Over the past couple of weeks I’ve been working on a new graphical feature: some sort of fake, mostly physically incorrect, but (hopefully) ambience-enhancing, indirect illumination.
For this I’m mixing in 2 approaches at indirect illumination. The first one is the well known Color Bleeding, a SSAO of sorts acts at at neighboring pixels with semi-facing normals, but spreads colors at those areas instead of just darkening them.
This Color Bleeding approach was the most challenging one because UDK does not offer a Normal Scene Buffer, so I had to reconstruct it from the Depth Buffer.
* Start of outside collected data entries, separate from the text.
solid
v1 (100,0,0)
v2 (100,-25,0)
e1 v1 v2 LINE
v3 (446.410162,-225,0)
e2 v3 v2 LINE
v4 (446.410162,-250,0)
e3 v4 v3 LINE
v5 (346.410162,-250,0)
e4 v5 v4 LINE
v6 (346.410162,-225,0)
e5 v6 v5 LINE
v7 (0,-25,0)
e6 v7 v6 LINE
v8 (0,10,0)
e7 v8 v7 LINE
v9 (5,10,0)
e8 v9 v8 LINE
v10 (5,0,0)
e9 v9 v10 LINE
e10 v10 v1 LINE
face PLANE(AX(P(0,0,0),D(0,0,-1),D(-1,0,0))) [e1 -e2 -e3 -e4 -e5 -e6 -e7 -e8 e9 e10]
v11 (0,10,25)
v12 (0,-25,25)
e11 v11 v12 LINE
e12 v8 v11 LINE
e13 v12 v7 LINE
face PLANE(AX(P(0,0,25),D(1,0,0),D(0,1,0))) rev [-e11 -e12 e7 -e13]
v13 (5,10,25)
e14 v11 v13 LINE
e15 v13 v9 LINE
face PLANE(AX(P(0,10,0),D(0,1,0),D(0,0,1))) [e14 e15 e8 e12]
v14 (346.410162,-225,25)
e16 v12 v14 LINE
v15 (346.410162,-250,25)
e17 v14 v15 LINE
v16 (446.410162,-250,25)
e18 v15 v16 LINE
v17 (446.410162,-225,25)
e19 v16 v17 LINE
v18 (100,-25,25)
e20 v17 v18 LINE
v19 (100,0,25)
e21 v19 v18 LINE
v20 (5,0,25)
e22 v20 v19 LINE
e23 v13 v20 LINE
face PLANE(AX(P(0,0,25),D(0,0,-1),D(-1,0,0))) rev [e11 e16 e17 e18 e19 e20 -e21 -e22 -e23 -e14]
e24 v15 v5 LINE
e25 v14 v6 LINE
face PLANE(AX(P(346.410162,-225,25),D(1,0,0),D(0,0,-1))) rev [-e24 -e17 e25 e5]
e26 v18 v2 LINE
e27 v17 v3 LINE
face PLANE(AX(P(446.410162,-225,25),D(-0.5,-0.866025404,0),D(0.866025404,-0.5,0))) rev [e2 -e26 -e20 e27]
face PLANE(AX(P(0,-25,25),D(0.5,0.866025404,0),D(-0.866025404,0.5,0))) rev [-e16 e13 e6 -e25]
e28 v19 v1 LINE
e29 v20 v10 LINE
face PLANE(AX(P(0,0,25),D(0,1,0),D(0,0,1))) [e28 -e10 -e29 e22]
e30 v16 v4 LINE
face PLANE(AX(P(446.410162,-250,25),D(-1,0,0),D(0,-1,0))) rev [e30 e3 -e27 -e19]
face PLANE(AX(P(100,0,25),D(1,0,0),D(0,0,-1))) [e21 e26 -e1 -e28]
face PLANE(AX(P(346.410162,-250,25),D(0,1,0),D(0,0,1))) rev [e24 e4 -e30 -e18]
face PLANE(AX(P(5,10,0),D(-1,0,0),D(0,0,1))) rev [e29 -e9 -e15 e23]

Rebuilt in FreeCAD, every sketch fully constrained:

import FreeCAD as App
import Part
import Sketcher

V = App.Vector
Q = App.Units.Quantity

doc = App.newDocument("Part")
params = doc.addObject("Spreadsheet::Sheet", "Params")
for row, (alias, value) in enumerate([
    ("sketch1_width", "100 mm"),
    ("sketch1_height", "25 mm"),
    ("sketch1_length", "400 mm"),
    ("pad1_length", "25 mm"),
    ("sketch2_width", "5 mm"),
    ("sketch2_height", "25 mm"),
    ("pad2_length", "10 mm"),
], start=1):
    params.set(f"A{row}", alias)
    params.set(f"B{row}", "=" + value)
    params.setAlias(f"B{row}", alias)

body = doc.addObject("PartDesign::Body", "Body")

# Sketch on XY plane
sketch1 = body.newObject("Sketcher::SketchObject", "Sketch")
sketch1.AttachmentSupport = (doc.getObject("XY_Plane"), [""])
sketch1.MapMode = "FlatFace"
sketch1.addGeometry([
    Part.LineSegment(V(100, 0, 0), V(0, 0, 0)),  # 0
    Part.LineSegment(V(0, 0, 0), V(0, -25, 0)),  # 1
    Part.LineSegment(V(0, -25, 0), V(346, -225, 0)),  # 2
    Part.LineSegment(V(346, -225, 0), V(346, -250, 0)),  # 3
    Part.LineSegment(V(346, -250, 0), V(446, -250, 0)),  # 4
    Part.LineSegment(V(446, -250, 0), V(446, -225, 0)),  # 5
    Part.LineSegment(V(446, -225, 0), V(100, -25, 0)),  # 6
    Part.LineSegment(V(100, -25, 0), V(100, 0, 0)),  # 7
], False)
sketch1.addConstraint([
    Sketcher.Constraint("Coincident", 0, 2, 1, 1),
    Sketcher.Constraint("Coincident", 1, 2, 2, 1),
    Sketcher.Constraint("Coincident", 2, 2, 3, 1),
    Sketcher.Constraint("Coincident", 3, 2, 4, 1),
    Sketcher.Constraint("Coincident", 4, 2, 5, 1),
    Sketcher.Constraint("Coincident", 5, 2, 6, 1),
    Sketcher.Constraint("Coincident", 6, 2, 7, 1),
    Sketcher.Constraint("Coincident", 7, 2, 0, 1),
    Sketcher.Constraint("Horizontal", 0),
    Sketcher.Constraint("Vertical", 1),
    Sketcher.Constraint("Vertical", 3),
    Sketcher.Constraint("Horizontal", 4),
    Sketcher.Constraint("Vertical", 5),
    Sketcher.Constraint("Vertical", 7),
    Sketcher.Constraint("Coincident", 0, 2, -1, 1),
    Sketcher.Constraint("Parallel", 2, 6),
    Sketcher.Constraint("Horizontal", 2, 2, 5, 2),
    Sketcher.Constraint("Horizontal", 1, 2, 6, 2),
    Sketcher.Constraint("Equal", 1, 3),
    Sketcher.Constraint("DistanceX", 0, 2, 0, 1, Q("100 mm")),
    Sketcher.Constraint("DistanceY", 1, 2, 1, 1, Q("25 mm")),
    Sketcher.Constraint("Angle", 2, Q("-30 deg")),
    Sketcher.Constraint("Distance", 2, Q("400 mm")),
])
sketch1.setExpression("Constraints[19]", "Params.sketch1_width")
sketch1.setExpression("Constraints[20]", "Params.sketch1_height")
sketch1.setExpression("Constraints[22]", "Params.sketch1_length")
pad1 = body.newObject("PartDesign::Pad", "Pad")
pad1.Profile = sketch1
pad1.setExpression("Length", "Params.pad1_length")

# Sketch on XZ plane
sketch2 = body.newObject("Sketcher::SketchObject", "Sketch001")
sketch2.AttachmentSupport = (doc.getObject("XZ_Plane"), [""])
sketch2.MapMode = "FlatFace"
sketch2.addGeometry([
    Part.LineSegment(V(0, 0, 0), V(0, 25, 0)),
    Part.LineSegment(V(0, 25, 0), V(5, 25, 0)),
    Part.LineSegment(V(5, 25, 0), V(5, 0, 0)),
    Part.LineSegment(V(5, 0, 0), V(0, 0, 0)),
], False)
sketch2.addConstraint([
    Sketcher.Constraint("Coincident", 0, 2, 1, 1),
    Sketcher.Constraint("Coincident", 1, 2, 2, 1),
    Sketcher.Constraint("Coincident", 2, 2, 3, 1),
    Sketcher.Constraint("Coincident", 3, 2, 0, 1),
    Sketcher.Constraint("Vertical", 0),
    Sketcher.Constraint("Horizontal", 1),
    Sketcher.Constraint("Vertical", 2),
    Sketcher.Constraint("Horizontal", 3),
    Sketcher.Constraint("Coincident", 3, 2, -1, 1),
    Sketcher.Constraint("DistanceX", 1, 1, 1, 2, Q("5 mm")),
    Sketcher.Constraint("DistanceY", 0, 1, 0, 2, Q("25 mm")),
])
sketch2.setExpression("Constraints[9]", "Params.sketch2_width")
sketch2.setExpression("Constraints[10]", "Params.sketch2_height")
pad2 = body.newObject("PartDesign::Pad", "Pad001")
pad2.Profile = sketch2
pad2.setExpression("Length", "Params.pad2_length")
pad2.Reversed = True

doc.recompute()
The second approach was an idea of my own, which involves creating a special camera that saves the scene to a RenderTarget, except it does it from a top-down view and with enough clipping to not capture anything above the player. Then a PointLight is created below the player, and it projects that captured scene upwards mapped to match the scene. Graphically the result is that any colors below the player will be projected back upwards, giving the effect that the light is rebounding with the colors from the objects in the ground.
Then the same thing happens but upside down so that I also project down anything above the player, this time without clipping so that even the sky will be projected back downwards.
But talk without pics is usually a waste of time so here is one. Left is with my cheap fake Indirect Illumination enabled (notice the big blue ball’s colors are projected upwards to the player).
Of course the effect here is quite visible because there’s a big blue ball below the player, but in a regular outdoor environment (with all terrain, rocks and trees) the effect is quite subtle. I figure the effect will show its best in indoor and/or night scenes where there is much more contrast between lit and unlit parts.
And as with anything at first, it needs optimizing. Specially the Color Bleeding part which cuts down performance by ~20%.